Not everyone was surprised by the result, however. Again from Newsweek: Harris’s tour with Cheney “is without a doubt one of the most inexplicable stretch-run decisions I’ve ever seen from a major party nominee, and it is a sign of deep, structural delusion inside the Harris campaign and Democratic elites.” That was October 24.
“The Never Trump moment is over,” the far-left New Republic also warned weeks before Election Day. “Does Kamala Harris realize it?”
For their part, glum Bulwark leadership admitted on their Election Day watch party livestream that any opposition to Trump’s second administration will have “no national base of power. It really will be a series of conflicts between state governments and the federal government.”
I’ve charted out the Left’s emerging strategy for building a second Trump “resistance.” So far, it looks very little like the first with its “pussy hats” and mass demonstrations. After burning a billion dollars on Kamala Harris, left-wing donors are tightening wallets and going on the defensive. Some are even blaming Washington’s extensive network of activist organizations for pushing their party too far left. The progressive groups that will succeed in 2025’s cutthroat climate are the ones that show results — particularly in court, where Democrats will focus their efforts to save the administrative state and stymy Elon Musk and Vivek Ramaswamy’s Department of Government Efficiency.

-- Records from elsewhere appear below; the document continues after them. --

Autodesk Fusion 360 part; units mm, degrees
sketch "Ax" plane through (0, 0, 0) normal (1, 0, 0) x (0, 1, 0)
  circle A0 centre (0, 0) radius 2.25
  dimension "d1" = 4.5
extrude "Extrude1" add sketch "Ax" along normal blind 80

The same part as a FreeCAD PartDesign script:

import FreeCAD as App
import Part
import Sketcher

doc = App.newDocument("Part")
params = doc.addObject("Spreadsheet::Sheet", "Params")
for row, (alias, value) in enumerate([
    ("sketch1_diameter", "4.5 mm"),
    ("pad1_length", "80 mm"),
], start=1):
    params.set(f"A{row}", alias)
    params.set(f"B{row}", "=" + value)
    params.setAlias(f"B{row}", alias)

body = doc.addObject("PartDesign::Body", "Body")

# Sketch on YZ plane
sketch1 = body.newObject("Sketcher::SketchObject", "Sketch")
sketch1.AttachmentSupport = (doc.getObject("YZ_Plane"), [""])
sketch1.MapMode = "FlatFace"
sketch1.addGeometry(Part.Circle(App.Vector(0, 0, 0), App.Vector(0, 0, 1), 2.2), False)
sketch1.addConstraint([
    Sketcher.Constraint("Coincident", 0, 3, -1, 1),
    Sketcher.Constraint("Diameter", 0, 4.5),
])
sketch1.setExpression("Constraints[1]", "Params.sketch1_diameter")
pad1 = body.newObject("PartDesign::Pad", "Pad")
pad1.Profile = sketch1
pad1.setExpression("Length", "Params.pad1_length")

doc.recompute()
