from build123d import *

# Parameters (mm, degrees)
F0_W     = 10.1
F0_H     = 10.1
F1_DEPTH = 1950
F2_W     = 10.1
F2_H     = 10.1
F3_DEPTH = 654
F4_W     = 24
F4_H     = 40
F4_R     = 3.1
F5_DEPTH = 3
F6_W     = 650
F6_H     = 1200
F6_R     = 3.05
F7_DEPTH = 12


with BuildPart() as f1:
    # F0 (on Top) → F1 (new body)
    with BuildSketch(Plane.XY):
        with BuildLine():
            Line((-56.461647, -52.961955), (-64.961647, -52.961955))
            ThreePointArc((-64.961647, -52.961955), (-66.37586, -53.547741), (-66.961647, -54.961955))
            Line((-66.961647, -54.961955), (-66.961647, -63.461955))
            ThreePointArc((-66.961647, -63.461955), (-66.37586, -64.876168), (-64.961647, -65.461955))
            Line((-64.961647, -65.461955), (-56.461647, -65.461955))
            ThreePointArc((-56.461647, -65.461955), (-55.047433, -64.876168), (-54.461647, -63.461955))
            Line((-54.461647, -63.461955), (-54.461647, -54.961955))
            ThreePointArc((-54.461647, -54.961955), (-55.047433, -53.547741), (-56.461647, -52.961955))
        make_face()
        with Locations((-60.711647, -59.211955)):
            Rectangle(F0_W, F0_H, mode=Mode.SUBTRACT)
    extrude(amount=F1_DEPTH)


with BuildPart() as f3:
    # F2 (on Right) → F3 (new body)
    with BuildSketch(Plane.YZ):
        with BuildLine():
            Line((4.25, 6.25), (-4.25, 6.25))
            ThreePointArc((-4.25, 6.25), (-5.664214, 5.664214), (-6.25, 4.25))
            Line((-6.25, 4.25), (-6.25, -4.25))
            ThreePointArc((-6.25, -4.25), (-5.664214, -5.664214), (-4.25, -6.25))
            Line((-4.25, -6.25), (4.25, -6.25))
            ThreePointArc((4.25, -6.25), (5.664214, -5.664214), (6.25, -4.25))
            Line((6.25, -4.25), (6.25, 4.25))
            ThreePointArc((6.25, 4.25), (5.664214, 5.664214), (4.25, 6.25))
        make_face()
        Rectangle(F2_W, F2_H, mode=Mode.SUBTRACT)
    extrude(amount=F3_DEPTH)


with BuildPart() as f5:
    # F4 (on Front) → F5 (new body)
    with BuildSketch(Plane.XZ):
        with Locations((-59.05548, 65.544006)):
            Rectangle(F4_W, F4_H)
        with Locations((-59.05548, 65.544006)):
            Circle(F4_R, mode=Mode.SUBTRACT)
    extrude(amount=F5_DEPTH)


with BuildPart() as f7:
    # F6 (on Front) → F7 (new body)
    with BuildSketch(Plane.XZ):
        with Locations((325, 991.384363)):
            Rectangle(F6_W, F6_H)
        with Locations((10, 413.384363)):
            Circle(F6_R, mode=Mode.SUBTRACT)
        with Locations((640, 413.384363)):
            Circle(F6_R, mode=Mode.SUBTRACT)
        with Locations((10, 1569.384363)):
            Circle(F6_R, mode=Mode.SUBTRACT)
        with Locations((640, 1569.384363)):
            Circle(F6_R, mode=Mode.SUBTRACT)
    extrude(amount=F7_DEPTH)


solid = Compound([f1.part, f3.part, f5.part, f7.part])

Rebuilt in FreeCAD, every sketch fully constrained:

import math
import FreeCAD as App
import Part
import Sketcher
Q = App.Units.Quantity


def add_polygon(sketch, points):
    """Adds a closed chain of lines whose ends are joined by coincident constraints."""
    first, n = sketch.GeometryCount, len(points)
    for a, b in zip(points, points[1:] + points[:1]):
        sketch.addGeometry(Part.LineSegment(App.Vector(*a, 0), App.Vector(*b, 0)), False)
    for i in range(n):
        sketch.addConstraint(Sketcher.Constraint("Coincident", first + i, 2, first + (i + 1) % n, 1))

doc = App.newDocument("Part")
body = doc.addObject("PartDesign::Body", "Body")

# Sketch on XY plane
sketch1 = body.newObject("Sketcher::SketchObject", "Sketch")
sketch1.AttachmentSupport = (doc.getObject("XY_Plane"), [""])
sketch1.MapMode = "FlatFace"
sketch1.addGeometry(Part.LineSegment(App.Vector(-56.5, -53, 0), App.Vector(-65, -53, 0)), False)  # 0
sketch1.addGeometry(Part.ArcOfCircle(Part.Circle(App.Vector(-65, -55, 0), App.Vector(0, 0, 1), 2), math.radians(90), math.radians(180)), False)  # 1
sketch1.addGeometry(Part.LineSegment(App.Vector(-67, -55, 0), App.Vector(-67, -63.5, 0)), False)  # 2
sketch1.addGeometry(Part.ArcOfCircle(Part.Circle(App.Vector(-65, -63.5, 0), App.Vector(0, 0, 1), 2), math.radians(-180), math.radians(-90)), False)  # 3
sketch1.addGeometry(Part.LineSegment(App.Vector(-65, -65.5, 0), App.Vector(-56.5, -65.5, 0)), False)  # 4
sketch1.addGeometry(Part.ArcOfCircle(Part.Circle(App.Vector(-56.5, -63.5, 0), App.Vector(0, 0, 1), 2), math.radians(-90), math.radians(0)), False)  # 5
sketch1.addGeometry(Part.LineSegment(App.Vector(-54.5, -63.5, 0), App.Vector(-54.5, -55, 0)), False)  # 6
sketch1.addGeometry(Part.ArcOfCircle(Part.Circle(App.Vector(-56.5, -55, 0), App.Vector(0, 0, 1), 2), math.radians(0), math.radians(90)), False)  # 7
add_polygon(sketch1, [(-55.7, -64.3), (-65.8, -64.3), (-65.8, -54.2), (-55.7, -54.2)])  # lines 8-11
sketch1.addConstraint(Sketcher.Constraint("Tangent", 0, 2, 1, 1))
sketch1.addConstraint(Sketcher.Constraint("Tangent", 1, 2, 2, 1))
sketch1.addConstraint(Sketcher.Constraint("Tangent", 2, 2, 3, 1))
sketch1.addConstraint(Sketcher.Constraint("Tangent", 3, 2, 4, 1))
sketch1.addConstraint(Sketcher.Constraint("Tangent", 4, 2, 5, 1))
sketch1.addConstraint(Sketcher.Constraint("Tangent", 5, 2, 6, 1))
sketch1.addConstraint(Sketcher.Constraint("Tangent", 6, 2, 7, 1))
sketch1.addConstraint(Sketcher.Constraint("Tangent", 7, 2, 0, 1))
sketch1.addConstraint(Sketcher.Constraint("Horizontal", 0))
sketch1.addConstraint(Sketcher.Constraint("Vertical", 2))
sketch1.addConstraint(Sketcher.Constraint("Horizontal", 4))
sketch1.addConstraint(Sketcher.Constraint("Vertical", 6))
sketch1.addConstraint(Sketcher.Constraint("Horizontal", 8))
sketch1.addConstraint(Sketcher.Constraint("Vertical", 9))
sketch1.addConstraint(Sketcher.Constraint("Horizontal", 10))
sketch1.addConstraint(Sketcher.Constraint("Vertical", 11))
sketch1.addConstraint(Sketcher.Constraint("Equal", 1, 3))
sketch1.addConstraint(Sketcher.Constraint("Equal", 3, 5))
sketch1.addConstraint(Sketcher.Constraint("Equal", 5, 7))
sketch1.addConstraint(Sketcher.Constraint("Equal", 4, 2))
sketch1.addConstraint(Sketcher.Constraint("Equal", 10, 9))
sketch1.addConstraint(Sketcher.Constraint("Radius", 1, Q("2 mm")))
sketch1.addConstraint(Sketcher.Constraint("DistanceX", 0, 2, 0, 1, Q("8.5 mm")))
sketch1.addConstraint(Sketcher.Constraint("DistanceX", 8, 2, 8, 1, Q("10.1 mm")))
sketch1.addConstraint(Sketcher.Constraint("DistanceX", 8, 2, 3, 3, Q("0.800002 mm")))
sketch1.addConstraint(Sketcher.Constraint("DistanceY", 8, 2, 3, 3, Q("0.800002 mm")))
sketch1.addConstraint(Sketcher.Constraint("DistanceX", 1, 3, -1, 1, Q("64.961647 mm")))
sketch1.addConstraint(Sketcher.Constraint("DistanceY", 1, 3, -1, 1, Q("54.961955 mm")))
pad1 = body.newObject("PartDesign::Pad", "Pad")
pad1.Profile = sketch1
pad1.Length = 1950
body2 = doc.addObject("PartDesign::Body", "Body001")

# Sketch on YZ plane
sketch2 = body2.newObject("Sketcher::SketchObject", "Sketch001")
sketch2.AttachmentSupport = (doc.getObject("YZ_Plane001"), [""])
sketch2.MapMode = "FlatFace"
sketch2.addGeometry(Part.LineSegment(App.Vector(4.2, 6.2, 0), App.Vector(-4.2, 6.2, 0)), False)  # 0
sketch2.addGeometry(Part.ArcOfCircle(Part.Circle(App.Vector(-4.3, 4.3, 0), App.Vector(0, 0, 1), 2), math.radians(90), math.radians(180)), False)  # 1
sketch2.addGeometry(Part.LineSegment(App.Vector(-6.2, 4.2, 0), App.Vector(-6.2, -4.2, 0)), False)  # 2
sketch2.addGeometry(Part.ArcOfCircle(Part.Circle(App.Vector(-4.3, -4.3, 0), App.Vector(0, 0, 1), 2), math.radians(180), math.radians(270)), False)  # 3
sketch2.addGeometry(Part.LineSegment(App.Vector(-4.2, -6.2, 0), App.Vector(4.2, -6.2, 0)), False)  # 4
sketch2.addGeometry(Part.ArcOfCircle(Part.Circle(App.Vector(4.3, -4.3, 0), App.Vector(0, 0, 1), 2), math.radians(-90), math.radians(0)), False)  # 5
sketch2.addGeometry(Part.LineSegment(App.Vector(6.2, -4.2, 0), App.Vector(6.2, 4.2, 0)), False)  # 6
sketch2.addGeometry(Part.ArcOfCircle(Part.Circle(App.Vector(4.3, 4.3, 0), App.Vector(0, 0, 1), 2), math.radians(0), math.radians(90)), False)  # 7
add_polygon(sketch2, [(5, -5), (-5, -5), (-5, 5), (5, 5)])  # lines 8-11
sketch2.addConstraint(Sketcher.Constraint("Tangent", 0, 2, 1, 1))
sketch2.addConstraint(Sketcher.Constraint("Tangent", 1, 2, 2, 1))
sketch2.addConstraint(Sketcher.Constraint("Tangent", 2, 2, 3, 1))
sketch2.addConstraint(Sketcher.Constraint("Tangent", 3, 2, 4, 1))
sketch2.addConstraint(Sketcher.Constraint("Tangent", 4, 2, 5, 1))
sketch2.addConstraint(Sketcher.Constraint("Tangent", 5, 2, 6, 1))
sketch2.addConstraint(Sketcher.Constraint("Tangent", 6, 2, 7, 1))
sketch2.addConstraint(Sketcher.Constraint("Tangent", 7, 2, 0, 1))
sketch2.addConstraint(Sketcher.Constraint("Horizontal", 0))
sketch2.addConstraint(Sketcher.Constraint("Vertical", 2))
sketch2.addConstraint(Sketcher.Constraint("Horizontal", 4))
sketch2.addConstraint(Sketcher.Constraint("Vertical", 6))
sketch2.addConstraint(Sketcher.Constraint("Horizontal", 8))
sketch2.addConstraint(Sketcher.Constraint("Vertical", 9))
sketch2.addConstraint(Sketcher.Constraint("Horizontal", 10))
sketch2.addConstraint(Sketcher.Constraint("Vertical", 11))
sketch2.addConstraint(Sketcher.Constraint("Equal", 1, 3))
sketch2.addConstraint(Sketcher.Constraint("Equal", 3, 5))
sketch2.addConstraint(Sketcher.Constraint("Equal", 5, 7))
sketch2.addConstraint(Sketcher.Constraint("Symmetric", 1, 3, 5, 3, -1, 1))
sketch2.addConstraint(Sketcher.Constraint("Symmetric", 8, 2, 10, 2, -1, 1))
sketch2.addConstraint(Sketcher.Constraint("Equal", 4, 2))
sketch2.addConstraint(Sketcher.Constraint("Equal", 10, 9))
sketch2.addConstraint(Sketcher.Constraint("Radius", 1, Q("1.999999 mm")))
sketch2.addConstraint(Sketcher.Constraint("DistanceX", 0, 2, 0, 1, Q("8.5 mm")))
sketch2.addConstraint(Sketcher.Constraint("DistanceX", 8, 2, 8, 1, Q("10.1 mm")))
pad2 = body2.newObject("PartDesign::Pad", "Pad001")
pad2.Profile = sketch2
pad2.Length = 654
body3 = doc.addObject("PartDesign::Body", "Body002")

# Sketch on XZ plane
sketch3 = body3.newObject("Sketcher::SketchObject", "Sketch002")
sketch3.AttachmentSupport = (doc.getObject("XZ_Plane002"), [""])
sketch3.MapMode = "FlatFace"
add_polygon(sketch3, [(-71.1, 85.5), (-71.1, 45.5), (-47.1, 45.5), (-47.1, 85.5)])  # lines 0-3
sketch3.addGeometry(Part.Circle(App.Vector(-59.1, 65.5, 0), App.Vector(0, 0, 1), 3.1), False)  # 4
sketch3.addConstraint(Sketcher.Constraint("Vertical", 0))
sketch3.addConstraint(Sketcher.Constraint("Horizontal", 1))
sketch3.addConstraint(Sketcher.Constraint("Vertical", 2))
sketch3.addConstraint(Sketcher.Constraint("Horizontal", 3))
sketch3.addConstraint(Sketcher.Constraint("Diameter", 4, Q("6.2 mm")))
sketch3.addConstraint(Sketcher.Constraint("DistanceX", 1, 1, 1, 2, Q("24 mm")))
sketch3.addConstraint(Sketcher.Constraint("DistanceY", 0, 2, 0, 1, Q("40 mm")))
sketch3.addConstraint(Sketcher.Constraint("DistanceX", 0, 2, 4, 3, Q("12 mm")))
sketch3.addConstraint(Sketcher.Constraint("DistanceY", 0, 2, 4, 3, Q("20 mm")))
sketch3.addConstraint(Sketcher.Constraint("DistanceX", 4, 3, -1, 1, Q("59.05548 mm")))
sketch3.addConstraint(Sketcher.Constraint("DistanceY", -1, 1, 4, 3, Q("65.544006 mm")))
pad3 = body3.newObject("PartDesign::Pad", "Pad002")
pad3.Profile = sketch3
pad3.Length = 3
body4 = doc.addObject("PartDesign::Body", "Body003")

# Sketch on XZ plane
sketch4 = body4.newObject("Sketcher::SketchObject", "Sketch003")
sketch4.AttachmentSupport = (doc.getObject("XZ_Plane003"), [""])
sketch4.MapMode = "FlatFace"
add_polygon(sketch4, [(0, 1591.4), (0, 391.4), (650, 391.4), (650, 1591.4)])  # lines 0-3
sketch4.addGeometry(Part.Circle(App.Vector(10, 413.4, 0), App.Vector(0, 0, 1), 3), False)  # 4
sketch4.addGeometry(Part.Circle(App.Vector(640, 413.4, 0), App.Vector(0, 0, 1), 3), False)  # 5
sketch4.addGeometry(Part.Circle(App.Vector(10, 1569.4, 0), App.Vector(0, 0, 1), 3), False)  # 6
sketch4.addGeometry(Part.Circle(App.Vector(640, 1569.4, 0), App.Vector(0, 0, 1), 3), False)  # 7
sketch4.addConstraint(Sketcher.Constraint("Vertical", 0))
sketch4.addConstraint(Sketcher.Constraint("Horizontal", 1))
sketch4.addConstraint(Sketcher.Constraint("Vertical", 2))
sketch4.addConstraint(Sketcher.Constraint("Horizontal", 3))
sketch4.addConstraint(Sketcher.Constraint("Equal", 4, 5))
sketch4.addConstraint(Sketcher.Constraint("Equal", 5, 6))
sketch4.addConstraint(Sketcher.Constraint("Equal", 6, 7))
sketch4.addConstraint(Sketcher.Constraint("PointOnObject", 0, 2, -2))
sketch4.addConstraint(Sketcher.Constraint("Horizontal", 4, 3, 5, 3))
sketch4.addConstraint(Sketcher.Constraint("Horizontal", 6, 3, 7, 3))
sketch4.addConstraint(Sketcher.Constraint("Vertical", 4, 3, 6, 3))
sketch4.addConstraint(Sketcher.Constraint("Vertical", 5, 3, 7, 3))
sketch4.addConstraint(Sketcher.Constraint("Diameter", 4, Q("6.1 mm")))
sketch4.addConstraint(Sketcher.Constraint("DistanceX", 1, 1, 1, 2, Q("650 mm")))
sketch4.addConstraint(Sketcher.Constraint("DistanceY", 0, 2, 0, 1, Q("1200 mm")))
sketch4.addConstraint(Sketcher.Constraint("DistanceX", -1, 1, 4, 3, Q("10 mm")))
sketch4.addConstraint(Sketcher.Constraint("DistanceX", -1, 1, 5, 3, Q("640 mm")))
sketch4.addConstraint(Sketcher.Constraint("DistanceY", 4, 3, 6, 3, Q("1156 mm")))
sketch4.addConstraint(Sketcher.Constraint("DistanceY", 0, 2, 4, 3, Q("22 mm")))
sketch4.addConstraint(Sketcher.Constraint("DistanceY", -1, 1, 4, 3, Q("413.384363 mm")))
pad4 = body4.newObject("PartDesign::Pad", "Pad003")
pad4.Profile = sketch4
pad4.Length = 12

doc.recompute()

Missing from that list: anyone from Never Trumpland. Attempting to triangulate between the far-left and their former party while playing at “principled” conservatives, Kristol et al. merely alienated themselves from both camps, irreversibly damaging any remaining credibility among Republican voters and Democrat strategists alike. Despite their spending a fortune against him, Trump has emerged stronger than ever and will be termed out after 2028. He crushed the last primary opponent he will ever face — the squish Nikki Haley — united the Republican Party, and deeply eroded the Democrats’ base with working class and non-white voters. Liberal donors will wonder: What’s the point of lining Never Trump’s pockets after 2024?